"Stripping for Immortality: A Jungian Analysis of Atwood's "Helen of Troy Does Countertop Dancing"
Cliff Fosmore and Brett Ruby, 2008
Clearly, it makes sense that most women feel disgust and hate towards those who sell their bodies and degrade the integrity of females everywhere. However, what if there is another side to the average, earthly woman’s hate of the “world’s oldest profession”? “Helen of Troy Does Countertop Dancing” is a poem about ethereal power and unmatched beauty.

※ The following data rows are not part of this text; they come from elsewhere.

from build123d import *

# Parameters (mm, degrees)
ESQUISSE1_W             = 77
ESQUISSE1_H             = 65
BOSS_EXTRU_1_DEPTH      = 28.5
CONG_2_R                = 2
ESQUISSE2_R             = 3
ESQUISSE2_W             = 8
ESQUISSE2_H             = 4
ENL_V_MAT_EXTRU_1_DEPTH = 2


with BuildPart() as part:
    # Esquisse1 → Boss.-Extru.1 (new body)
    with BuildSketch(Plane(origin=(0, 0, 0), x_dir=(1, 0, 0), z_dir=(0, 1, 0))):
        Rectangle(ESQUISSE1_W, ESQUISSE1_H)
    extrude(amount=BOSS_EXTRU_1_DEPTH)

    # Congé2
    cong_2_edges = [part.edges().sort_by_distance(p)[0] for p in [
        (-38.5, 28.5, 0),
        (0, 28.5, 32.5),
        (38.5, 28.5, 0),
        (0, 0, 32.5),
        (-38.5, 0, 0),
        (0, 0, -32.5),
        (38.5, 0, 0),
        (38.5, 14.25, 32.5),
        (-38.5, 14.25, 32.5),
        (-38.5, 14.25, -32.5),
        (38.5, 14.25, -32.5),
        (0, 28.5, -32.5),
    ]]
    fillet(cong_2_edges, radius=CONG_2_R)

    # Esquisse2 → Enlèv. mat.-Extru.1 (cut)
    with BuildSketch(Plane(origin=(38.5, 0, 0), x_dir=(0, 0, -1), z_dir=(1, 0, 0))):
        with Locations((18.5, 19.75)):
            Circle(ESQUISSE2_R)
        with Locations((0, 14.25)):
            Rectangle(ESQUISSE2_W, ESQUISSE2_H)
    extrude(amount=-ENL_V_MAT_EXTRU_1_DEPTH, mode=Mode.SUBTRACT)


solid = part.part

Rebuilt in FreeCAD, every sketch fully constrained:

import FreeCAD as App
import Part
import Sketcher
from FreeCAD import Vector

doc = App.newDocument("Part")
body = doc.addObject("PartDesign::Body", "Body")

sketch1 = body.newObject("Sketcher::SketchObject", "Sketch")
sketch1.AttachmentSupport = (doc.getObject("XZ_Plane"), [""])
sketch1.MapMode = "FlatFace"
sketch1.addGeometry([
    Part.LineSegment(Vector(-38.5, -32.5, 0), Vector(-38.5, 32.5, 0)),
    Part.LineSegment(Vector(-38.5, 32.5, 0), Vector(38.5, 32.5, 0)),
    Part.LineSegment(Vector(38.5, 32.5, 0), Vector(38.5, -32.5, 0)),
    Part.LineSegment(Vector(38.5, -32.5, 0), Vector(-38.5, -32.5, 0)),
], False)
sketch1.addConstraint([
    Sketcher.Constraint("Coincident", 0, 2, 1, 1),
    Sketcher.Constraint("Coincident", 1, 2, 2, 1),
    Sketcher.Constraint("Coincident", 2, 2, 3, 1),
    Sketcher.Constraint("Coincident", 3, 2, 0, 1),
    Sketcher.Constraint("Vertical", 0),
    Sketcher.Constraint("Horizontal", 1),
    Sketcher.Constraint("Vertical", 2),
    Sketcher.Constraint("Horizontal", 3),
    Sketcher.Constraint("Symmetric", 0, 2, 2, 2, -1, 1),
    Sketcher.Constraint("DistanceX", 1, 1, 1, 2, 77.0),
    Sketcher.Constraint("DistanceY", 0, 1, 0, 2, 65.0),
])
pad1 = body.newObject("PartDesign::Pad", "Pad")
pad1.Profile = sketch1
pad1.Length = 28.5
pad1.Reversed = True
doc.recompute()

fillet = body.newObject("PartDesign::Fillet", "Fillet")
fillet.Base = (pad1, ["Edge1"])
fillet.UseAllEdges = True
fillet.Radius = 2

sketch2 = body.newObject("Sketcher::SketchObject", "Sketch001")
sketch2.AttachmentSupport = (doc.getObject("YZ_Plane"), [""])
sketch2.MapMode = "FlatFace"
sketch2.AttachmentOffset = App.Placement(Vector(0, 0, 38.5), App.Rotation())
sketch2.addGeometry([
    Part.Circle(Vector(19.75, -18.5, 0), Vector(0, 0, 1), 3),
    Part.LineSegment(Vector(16.25, 4, 0), Vector(12.25, 4, 0)),
    Part.LineSegment(Vector(12.25, 4, 0), Vector(12.25, -4, 0)),
    Part.LineSegment(Vector(12.25, -4, 0), Vector(16.25, -4, 0)),
    Part.LineSegment(Vector(16.25, -4, 0), Vector(16.25, 4, 0)),
], False)
sketch2.addConstraint([
    Sketcher.Constraint("Coincident", 1, 2, 2, 1),
    Sketcher.Constraint("Coincident", 2, 2, 3, 1),
    Sketcher.Constraint("Coincident", 3, 2, 4, 1),
    Sketcher.Constraint("Coincident", 4, 2, 1, 1),
    Sketcher.Constraint("Horizontal", 1),
    Sketcher.Constraint("Vertical", 2),
    Sketcher.Constraint("Horizontal", 3),
    Sketcher.Constraint("Vertical", 4),
    Sketcher.Constraint("Diameter", 0, 6.0),
    Sketcher.Constraint("DistanceX", 1, 2, 1, 1, 4.0),
    Sketcher.Constraint("DistanceY", 2, 2, 2, 1, 8.0),
    Sketcher.Constraint("DistanceY", -1, 1, 1, 2, 4.0),
    Sketcher.Constraint("DistanceY", 0, 3, -1, 1, 18.5),
    Sketcher.Constraint("DistanceX", 1, 2, 0, 3, 7.5),
    Sketcher.Constraint("DistanceX", -1, 1, 0, 3, 19.75),
])
pocket1 = body.newObject("PartDesign::Pocket", "Pocket")
pocket1.Profile = sketch2
pocket1.Length = 2

doc.recompute()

It cannot be overlooked that the name in the title is a very well known myth. Helen of Troy, most beautiful woman in the world. Such an allusion provides a clue as to the mindset of the speaker of the poem. The stripper scoffs at those other homely females who tell her to “be ashamed of [herself]” and passes at the opportunity to attain “varicose veins” by working a regular day job. These veins are clearly impossible for one so lovely and are a symptom of those simple mortals. This archetype of beauty is reborn in the speaker as a woman upon a stage, looking down on her audience of “rows of heads and upturned eyes.” The scene invokes a feeling of worship and awe and the speaker doesn’t hide the fact she entertains such an audience, calling the men her “beery worshippers”. Surely, Helen of Troy should be worshipped, but the men do not see it as such. They see her persona, the everyday beauty who sell’s her body for profit because she doesn’t know any other way. What they miss is that in truth, they are paying homage to a true deity.

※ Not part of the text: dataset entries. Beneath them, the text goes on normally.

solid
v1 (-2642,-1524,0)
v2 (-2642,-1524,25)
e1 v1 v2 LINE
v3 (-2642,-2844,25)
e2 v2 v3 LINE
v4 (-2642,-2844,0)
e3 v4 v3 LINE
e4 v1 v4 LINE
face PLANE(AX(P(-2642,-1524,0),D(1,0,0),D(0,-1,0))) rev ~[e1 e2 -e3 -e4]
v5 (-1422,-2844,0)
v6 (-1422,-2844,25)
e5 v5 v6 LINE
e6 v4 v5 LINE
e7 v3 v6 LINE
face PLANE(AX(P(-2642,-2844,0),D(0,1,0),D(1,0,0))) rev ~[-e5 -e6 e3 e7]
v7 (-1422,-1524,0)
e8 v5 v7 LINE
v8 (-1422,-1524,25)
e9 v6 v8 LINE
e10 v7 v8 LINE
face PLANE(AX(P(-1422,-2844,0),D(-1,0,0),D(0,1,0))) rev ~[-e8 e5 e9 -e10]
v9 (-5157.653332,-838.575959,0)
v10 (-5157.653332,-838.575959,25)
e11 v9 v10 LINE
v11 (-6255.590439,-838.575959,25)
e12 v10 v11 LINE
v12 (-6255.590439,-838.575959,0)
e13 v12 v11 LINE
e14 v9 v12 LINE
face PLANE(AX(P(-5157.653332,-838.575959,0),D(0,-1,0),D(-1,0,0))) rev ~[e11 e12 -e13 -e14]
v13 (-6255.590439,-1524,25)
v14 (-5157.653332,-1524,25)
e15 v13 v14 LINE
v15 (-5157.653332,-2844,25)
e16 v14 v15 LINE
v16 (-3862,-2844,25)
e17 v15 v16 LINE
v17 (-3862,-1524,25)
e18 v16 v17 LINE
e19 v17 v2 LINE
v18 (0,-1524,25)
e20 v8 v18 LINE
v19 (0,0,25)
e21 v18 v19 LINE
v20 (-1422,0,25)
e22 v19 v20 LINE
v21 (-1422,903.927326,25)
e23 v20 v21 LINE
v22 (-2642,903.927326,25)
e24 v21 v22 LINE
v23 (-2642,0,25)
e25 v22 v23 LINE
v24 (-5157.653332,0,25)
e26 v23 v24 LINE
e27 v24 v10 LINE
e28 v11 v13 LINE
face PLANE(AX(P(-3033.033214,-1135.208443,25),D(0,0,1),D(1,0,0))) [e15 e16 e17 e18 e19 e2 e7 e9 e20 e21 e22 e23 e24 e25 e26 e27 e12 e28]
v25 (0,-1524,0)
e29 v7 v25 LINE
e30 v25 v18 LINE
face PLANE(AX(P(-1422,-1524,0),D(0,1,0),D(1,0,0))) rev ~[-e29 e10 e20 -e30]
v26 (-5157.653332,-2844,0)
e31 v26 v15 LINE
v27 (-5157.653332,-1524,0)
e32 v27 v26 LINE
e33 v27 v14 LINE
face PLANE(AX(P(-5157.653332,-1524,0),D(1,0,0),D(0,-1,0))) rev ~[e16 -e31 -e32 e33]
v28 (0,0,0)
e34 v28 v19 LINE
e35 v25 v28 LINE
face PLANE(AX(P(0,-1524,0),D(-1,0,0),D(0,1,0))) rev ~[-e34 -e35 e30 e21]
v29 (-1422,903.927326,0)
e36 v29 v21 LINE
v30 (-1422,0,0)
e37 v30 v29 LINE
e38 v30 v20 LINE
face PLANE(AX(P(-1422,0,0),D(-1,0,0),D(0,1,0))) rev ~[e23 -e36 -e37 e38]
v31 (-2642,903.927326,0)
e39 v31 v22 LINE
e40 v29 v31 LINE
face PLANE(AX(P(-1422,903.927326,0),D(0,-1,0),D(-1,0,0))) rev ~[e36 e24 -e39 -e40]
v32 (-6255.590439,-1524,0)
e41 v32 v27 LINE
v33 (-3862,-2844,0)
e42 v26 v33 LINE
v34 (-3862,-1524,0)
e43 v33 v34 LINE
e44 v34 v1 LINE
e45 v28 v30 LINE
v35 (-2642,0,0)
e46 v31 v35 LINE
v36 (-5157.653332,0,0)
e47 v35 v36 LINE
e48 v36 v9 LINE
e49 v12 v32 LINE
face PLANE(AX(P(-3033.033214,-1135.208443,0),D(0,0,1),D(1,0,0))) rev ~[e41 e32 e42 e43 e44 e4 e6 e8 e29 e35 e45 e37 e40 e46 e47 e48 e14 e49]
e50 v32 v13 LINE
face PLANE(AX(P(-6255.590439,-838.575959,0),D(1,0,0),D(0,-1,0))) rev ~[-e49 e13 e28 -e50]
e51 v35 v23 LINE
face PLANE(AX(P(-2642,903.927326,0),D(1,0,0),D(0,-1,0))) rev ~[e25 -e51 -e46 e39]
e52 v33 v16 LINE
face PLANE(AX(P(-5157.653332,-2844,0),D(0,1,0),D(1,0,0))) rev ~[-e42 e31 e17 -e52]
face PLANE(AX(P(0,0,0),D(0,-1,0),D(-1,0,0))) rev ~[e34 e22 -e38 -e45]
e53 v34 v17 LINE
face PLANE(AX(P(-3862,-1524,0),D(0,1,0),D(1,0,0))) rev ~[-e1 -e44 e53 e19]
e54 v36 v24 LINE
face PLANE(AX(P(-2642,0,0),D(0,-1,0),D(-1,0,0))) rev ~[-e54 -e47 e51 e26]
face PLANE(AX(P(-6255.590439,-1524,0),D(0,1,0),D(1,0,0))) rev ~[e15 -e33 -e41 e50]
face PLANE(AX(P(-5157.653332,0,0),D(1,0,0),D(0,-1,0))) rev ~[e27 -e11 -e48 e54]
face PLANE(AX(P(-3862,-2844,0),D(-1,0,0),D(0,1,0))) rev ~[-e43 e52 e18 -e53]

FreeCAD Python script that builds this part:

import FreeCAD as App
import Part
import Sketcher


def add_polygon(sketch, points):
    """Adds a closed chain of lines whose ends are joined by coincident constraints."""
    first, n = sketch.GeometryCount, len(points)
    for a, b in zip(points, points[1:] + points[:1]):
        sketch.addGeometry(Part.LineSegment(App.Vector(*a, 0), App.Vector(*b, 0)), False)
    for i in range(n):
        sketch.addConstraint(Sketcher.Constraint("Coincident", first + i, 2, first + (i + 1) % n, 1))

doc = App.newDocument("Part")
params = doc.addObject("Spreadsheet::Sheet", "Params")
for row, (alias, value) in enumerate([
    ("sketch1_width", "1422 mm"),
    ("sketch1_width2", "1220 mm"),
    ("sketch1_height", "1524 mm"),
    ("sketch1_height2", "1320 mm"),
    ("pad1_length", "25 mm"),
], start=1):
    params.set(f"A{row}", alias)
    params.set(f"B{row}", "=" + value)
    params.setAlias(f"B{row}", alias)

body = doc.addObject("PartDesign::Body", "Body")

# Sketch on XY plane
sketch1 = doc.addObject("Sketcher::SketchObject", "Sketch")
body.addObject(sketch1)
sketch1.AttachmentSupport = (doc.XY_Plane, [""])
sketch1.MapMode = "FlatFace"
add_polygon(sketch1, [(0, -1524), (0, 0), (-1422, 0), (-1422, 904), (-2642, 904), (-2642, 0), (-5158, 0), (-5158, -839), (-6256, -839), (-6256, -1524), (-5158, -1524), (-5158, -2844), (-3862, -2844), (-3862, -1524), (-2642, -1524), (-2642, -2844), (-1422, -2844), (-1422, -1524)])  # lines 0-17
sketch1.addConstraint([
    Sketcher.Constraint("Vertical", 0),
    Sketcher.Constraint("Horizontal", 1),
    Sketcher.Constraint("Vertical", 2),
    Sketcher.Constraint("Horizontal", 3),
    Sketcher.Constraint("Vertical", 4),
    Sketcher.Constraint("Horizontal", 5),
    Sketcher.Constraint("Vertical", 6),
    Sketcher.Constraint("Horizontal", 7),
    Sketcher.Constraint("Vertical", 8),
    Sketcher.Constraint("Horizontal", 9),
    Sketcher.Constraint("Vertical", 10),
    Sketcher.Constraint("Horizontal", 11),
    Sketcher.Constraint("Vertical", 12),
    Sketcher.Constraint("Horizontal", 13),
    Sketcher.Constraint("Vertical", 14),
    Sketcher.Constraint("Horizontal", 15),
    Sketcher.Constraint("Vertical", 16),
    Sketcher.Constraint("Horizontal", 17),
    Sketcher.Constraint("Coincident", 0, 2, -1, 1),
    Sketcher.Constraint("PointOnObject", 4, 2, -1),
    Sketcher.Constraint("Horizontal", 9, 2, 12, 2),
    Sketcher.Constraint("Horizontal", 11, 2, 14, 2),
    Sketcher.Constraint("Horizontal", 13, 2, 16, 2),
    Sketcher.Constraint("Vertical", 6, 2, 9, 2),
    Sketcher.Constraint("Vertical", 4, 2, 13, 2),
    Sketcher.Constraint("Vertical", 2, 2, 15, 2),
    Sketcher.Constraint("Equal", 3, 13),
    Sketcher.Constraint("DistanceX", 1, 2, 1, 1, 1422.0),
    Sketcher.Constraint("DistanceX", 3, 2, 3, 1, 1220.0),
    Sketcher.Constraint("DistanceY", 0, 1, 0, 2, 1524.0),
    Sketcher.Constraint("DistanceY", 10, 2, 10, 1, 1320.0),
    Sketcher.Constraint("DistanceX", 5, 2, 5, 1, 2515.653332),
    Sketcher.Constraint("DistanceY", 6, 2, 6, 1, 838.575959),
    Sketcher.Constraint("DistanceX", 7, 2, 7, 1, 1097.937107),
    Sketcher.Constraint("DistanceY", 2, 1, 2, 2, 903.927326),
])
sketch1.setExpression("Constraints[45]", "Params.sketch1_width")
sketch1.setExpression("Constraints[46]", "Params.sketch1_width2")
sketch1.setExpression("Constraints[47]", "Params.sketch1_height")
sketch1.setExpression("Constraints[48]", "Params.sketch1_height2")
pad1 = doc.addObject("PartDesign::Pad", "Pad")
body.addObject(pad1)
pad1.Profile = sketch1
pad1.setExpression("Length", "Params.pad1_length")

doc.recompute()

What they miss is this woman’s reason to strip, her inner energy, her anima. She holds herself in very high esteem whispering she “comes from the province of the gods” and that her “mother was raped by a holy swan”. The allusion to Helen’s mother, Leda give’s a certain allure to the speaker and makes her higher than everyone else. She admits that her worshippers would like to “see through [her]” but then returns that “nothing is more opaque than absolute transparency” meaning that while they look upon her naked form and think they know what’s going on, they have no idea. They do not see her “rising…in the air” in a “blazing swan-egg of light” again alluding to her divine lineage, revealing her to be a goddess, looking down upon them all, taking in the idolization. Through stripping and being transparent to them, she believes she will be forever cherished by her subjects and knows she’s above them all in a blazing light. She challenges anyone who denies her birthright as a daughter of Zeus in this lamentation she calls a “torch song” suggesting a double entendre where her audience is oblivious to the existence of this great goddess they unknowingly worship and that it is also an energy that will “burn” anyone that lays a hand on her holy body. The “burn” is another allusion to Helen having caused the Trojan war showing her danger and power, her divinity. She strips for the immortality, for the essence of her hidden anima, a reincarnate Helen of Troy.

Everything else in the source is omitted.